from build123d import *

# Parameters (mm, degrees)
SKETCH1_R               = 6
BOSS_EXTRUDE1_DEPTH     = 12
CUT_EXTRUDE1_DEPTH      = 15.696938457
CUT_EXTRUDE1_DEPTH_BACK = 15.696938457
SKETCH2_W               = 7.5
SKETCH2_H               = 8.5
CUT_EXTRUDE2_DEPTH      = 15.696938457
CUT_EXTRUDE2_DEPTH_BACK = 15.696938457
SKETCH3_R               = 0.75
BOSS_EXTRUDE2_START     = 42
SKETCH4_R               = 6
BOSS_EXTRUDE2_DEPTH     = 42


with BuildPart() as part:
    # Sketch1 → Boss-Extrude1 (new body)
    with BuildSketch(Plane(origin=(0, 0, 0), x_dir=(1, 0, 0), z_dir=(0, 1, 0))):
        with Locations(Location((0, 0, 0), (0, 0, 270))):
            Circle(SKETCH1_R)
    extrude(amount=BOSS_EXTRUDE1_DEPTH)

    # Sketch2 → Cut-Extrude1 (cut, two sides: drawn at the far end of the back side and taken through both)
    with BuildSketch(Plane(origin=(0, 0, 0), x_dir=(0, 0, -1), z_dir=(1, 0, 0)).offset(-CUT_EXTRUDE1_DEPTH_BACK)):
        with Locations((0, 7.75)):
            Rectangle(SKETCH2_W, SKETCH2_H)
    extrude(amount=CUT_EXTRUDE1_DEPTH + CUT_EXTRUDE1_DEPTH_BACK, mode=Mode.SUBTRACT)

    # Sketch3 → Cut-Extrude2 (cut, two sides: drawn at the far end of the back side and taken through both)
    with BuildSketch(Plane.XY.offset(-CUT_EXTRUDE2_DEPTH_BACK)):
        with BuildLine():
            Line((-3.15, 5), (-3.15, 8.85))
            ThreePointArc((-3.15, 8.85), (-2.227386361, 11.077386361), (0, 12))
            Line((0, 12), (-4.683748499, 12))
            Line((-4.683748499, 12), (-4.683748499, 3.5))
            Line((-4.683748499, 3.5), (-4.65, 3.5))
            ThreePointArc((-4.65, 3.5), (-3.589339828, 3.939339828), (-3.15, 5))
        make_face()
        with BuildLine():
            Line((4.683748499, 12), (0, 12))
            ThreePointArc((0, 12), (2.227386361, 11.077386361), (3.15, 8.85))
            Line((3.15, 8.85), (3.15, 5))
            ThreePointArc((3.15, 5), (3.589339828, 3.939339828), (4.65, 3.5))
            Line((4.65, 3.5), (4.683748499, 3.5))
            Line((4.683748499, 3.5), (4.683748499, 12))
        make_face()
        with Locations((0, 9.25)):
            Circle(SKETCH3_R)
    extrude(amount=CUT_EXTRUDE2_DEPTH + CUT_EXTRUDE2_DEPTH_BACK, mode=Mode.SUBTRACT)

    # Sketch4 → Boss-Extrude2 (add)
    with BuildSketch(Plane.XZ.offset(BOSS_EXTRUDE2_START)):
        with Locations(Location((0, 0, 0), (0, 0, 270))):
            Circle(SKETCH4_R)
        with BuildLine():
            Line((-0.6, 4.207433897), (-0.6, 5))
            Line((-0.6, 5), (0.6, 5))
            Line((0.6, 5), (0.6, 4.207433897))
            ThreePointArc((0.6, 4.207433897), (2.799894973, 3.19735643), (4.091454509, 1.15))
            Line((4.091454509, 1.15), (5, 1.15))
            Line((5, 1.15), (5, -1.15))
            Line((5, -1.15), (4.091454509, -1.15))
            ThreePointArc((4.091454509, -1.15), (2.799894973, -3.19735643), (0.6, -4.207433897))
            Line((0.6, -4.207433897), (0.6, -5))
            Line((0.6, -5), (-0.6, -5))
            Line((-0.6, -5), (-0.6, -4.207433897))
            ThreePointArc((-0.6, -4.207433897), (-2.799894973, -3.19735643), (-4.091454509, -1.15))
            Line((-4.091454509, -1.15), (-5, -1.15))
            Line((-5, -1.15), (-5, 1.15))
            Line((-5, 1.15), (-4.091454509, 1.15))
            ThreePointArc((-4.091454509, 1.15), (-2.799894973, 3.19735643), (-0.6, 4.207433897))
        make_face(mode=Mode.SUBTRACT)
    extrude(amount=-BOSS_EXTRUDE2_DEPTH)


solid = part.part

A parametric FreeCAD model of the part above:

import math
import FreeCAD as App
import Part
import Sketcher

V = App.Vector
Q = App.Units.Quantity


def add_polygon(sketch, points):
    """Adds a closed chain of lines whose ends are joined by coincident constraints."""
    first, n = sketch.GeometryCount, len(points)
    for a, b in zip(points, points[1:] + points[:1]):
        sketch.addGeometry(Part.LineSegment(App.Vector(*a, 0), App.Vector(*b, 0)), False)
    for i in range(n):
        sketch.addConstraint(Sketcher.Constraint("Coincident", first + i, 2, first + (i + 1) % n, 1))

doc = App.newDocument("Part")
body = doc.addObject("PartDesign::Body", "Body")

sketch1 = body.newObject("Sketcher::SketchObject", "Sketch")
sketch1.AttachmentSupport = (doc.getObject("XZ_Plane"), [""])
sketch1.MapMode = "FlatFace"
sketch1.addGeometry(Part.Circle(V(0, 0, 0), V(0, 0, 1), 6), False)
sketch1.addConstraint(Sketcher.Constraint("Coincident", 0, 3, -1, 1))
sketch1.addConstraint(Sketcher.Constraint("Diameter", 0, Q("12 mm")))
pad1 = body.newObject("PartDesign::Pad", "Pad")
pad1.Profile = sketch1
pad1.Length = 12
pad1.Reversed = True

sketch2 = body.newObject("Sketcher::SketchObject", "Sketch001")
sketch2.AttachmentSupport = (doc.getObject("YZ_Plane"), [""])
sketch2.MapMode = "FlatFace"
add_polygon(sketch2, [(12, 4), (4, 4), (4, -4), (12, -4)])
sketch2.addConstraint(Sketcher.Constraint("Horizontal", 0))
sketch2.addConstraint(Sketcher.Constraint("Vertical", 1))
sketch2.addConstraint(Sketcher.Constraint("Horizontal", 2))
sketch2.addConstraint(Sketcher.Constraint("Vertical", 3))
sketch2.addConstraint(Sketcher.Constraint("DistanceX", 0, 2, 0, 1, Q("8.5 mm")))
sketch2.addConstraint(Sketcher.Constraint("DistanceY", 1, 2, 1, 1, Q("7.5 mm")))
sketch2.addConstraint(Sketcher.Constraint("DistanceX", -1, 1, 2, 2, Q("12 mm")))
sketch2.addConstraint(Sketcher.Constraint("DistanceY", -1, 1, 0, 2, Q("3.75 mm")))
pocket1 = body.newObject("PartDesign::Pocket", "Pocket")
pocket1.Profile = sketch2
pocket1.Type = "ThroughAll"
pocket1.Midplane = True

sketch3 = body.newObject("Sketcher::SketchObject", "Sketch002")
sketch3.AttachmentSupport = (doc.getObject("XY_Plane"), [""])
sketch3.MapMode = "FlatFace"
sketch3.addGeometry(Part.LineSegment(V(-3.15, 5, 0), V(-3.15, 8.85, 0)), False)
sketch3.addGeometry(Part.ArcOfCircle(Part.Circle(V(0, 8.85, 0), V(0, 0, 1), 3.15), math.radians(90), math.radians(180)), False)
sketch3.addGeometry(Part.LineSegment(V(0, 12, 0), V(-4.684, 12, 0)), False)
sketch3.addGeometry(Part.LineSegment(V(-4.684, 12, 0), V(-4.684, 3.5, 0)), False)
sketch3.addGeometry(Part.LineSegment(V(-4.684, 3.5, 0), V(-4.65, 3.5, 0)), False)
sketch3.addGeometry(Part.ArcOfCircle(Part.Circle(V(-4.65, 5, 0), V(0, 0, 1), 1.5), math.radians(-90), math.radians(0)), False)
sketch3.addGeometry(Part.LineSegment(V(4.684, 12, 0), V(0, 12, 0)), False)
sketch3.addGeometry(Part.ArcOfCircle(Part.Circle(V(0, 8.85, 0), V(0, 0, 1), 3.15), math.radians(0), math.radians(90)), False)
sketch3.addGeometry(Part.LineSegment(V(3.15, 8.85, 0), V(3.15, 5, 0)), False)
sketch3.addGeometry(Part.ArcOfCircle(Part.Circle(V(4.65, 5, 0), V(0, 0, 1), 1.5), math.radians(180), math.radians(270)), False)
sketch3.addGeometry(Part.LineSegment(V(4.65, 3.5, 0), V(4.684, 3.5, 0)), False)
sketch3.addGeometry(Part.LineSegment(V(4.684, 3.5, 0), V(4.684, 12, 0)), False)
sketch3.addGeometry(Part.Circle(V(0, 9.25, 0), V(0, 0, 1), 0.75), False)
sketch3.addConstraint(Sketcher.Constraint("Tangent", 0, 2, 1, 2))
sketch3.addConstraint(Sketcher.Constraint("Tangent", 1, 1, 2, 1))
sketch3.addConstraint(Sketcher.Constraint("Coincident", 2, 2, 3, 1))
sketch3.addConstraint(Sketcher.Constraint("Coincident", 3, 2, 4, 1))
sketch3.addConstraint(Sketcher.Constraint("Tangent", 4, 2, 5, 1))
sketch3.addConstraint(Sketcher.Constraint("Tangent", 5, 2, 0, 1))
sketch3.addConstraint(Sketcher.Constraint("Tangent", 6, 2, 7, 2))
sketch3.addConstraint(Sketcher.Constraint("Tangent", 7, 1, 8, 1))
sketch3.addConstraint(Sketcher.Constraint("Tangent", 8, 2, 9, 1))
sketch3.addConstraint(Sketcher.Constraint("Tangent", 9, 2, 10, 1))
sketch3.addConstraint(Sketcher.Constraint("Coincident", 10, 2, 11, 1))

* **Brief**: Taking the records above, retype every line from the one with "# Sketch2 →" down to the one with "Line((4.683748499, 12), (0, 12))", exactly and with nothing else.

* **Exercise response**:
    # Sketch2 → Cut-Extrude1 (cut, two sides: drawn at the far end of the back side and taken through both)
    with BuildSketch(Plane(origin=(0, 0, 0), x_dir=(0, 0, -1), z_dir=(1, 0, 0)).offset(-CUT_EXTRUDE1_DEPTH_BACK)):
        with Locations((0, 7.75)):
            Rectangle(SKETCH2_W, SKETCH2_H)
    extrude(amount=CUT_EXTRUDE1_DEPTH + CUT_EXTRUDE1_DEPTH_BACK, mode=Mode.SUBTRACT)

    # Sketch3 → Cut-Extrude2 (cut, two sides: drawn at the far end of the back side and taken through both)
    with BuildSketch(Plane.XY.offset(-CUT_EXTRUDE2_DEPTH_BACK)):
        with BuildLine():
            Line((-3.15, 5), (-3.15, 8.85))
            ThreePointArc((-3.15, 8.85), (-2.227386361, 11.077386361), (0, 12))
            Line((0, 12), (-4.683748499, 12))
            Line((-4.683748499, 12), (-4.683748499, 3.5))
            Line((-4.683748499, 3.5), (-4.65, 3.5))
            ThreePointArc((-4.65, 3.5), (-3.589339828, 3.939339828), (-3.15, 5))
        make_face()
        with BuildLine():
            Line((4.683748499, 12), (0, 12))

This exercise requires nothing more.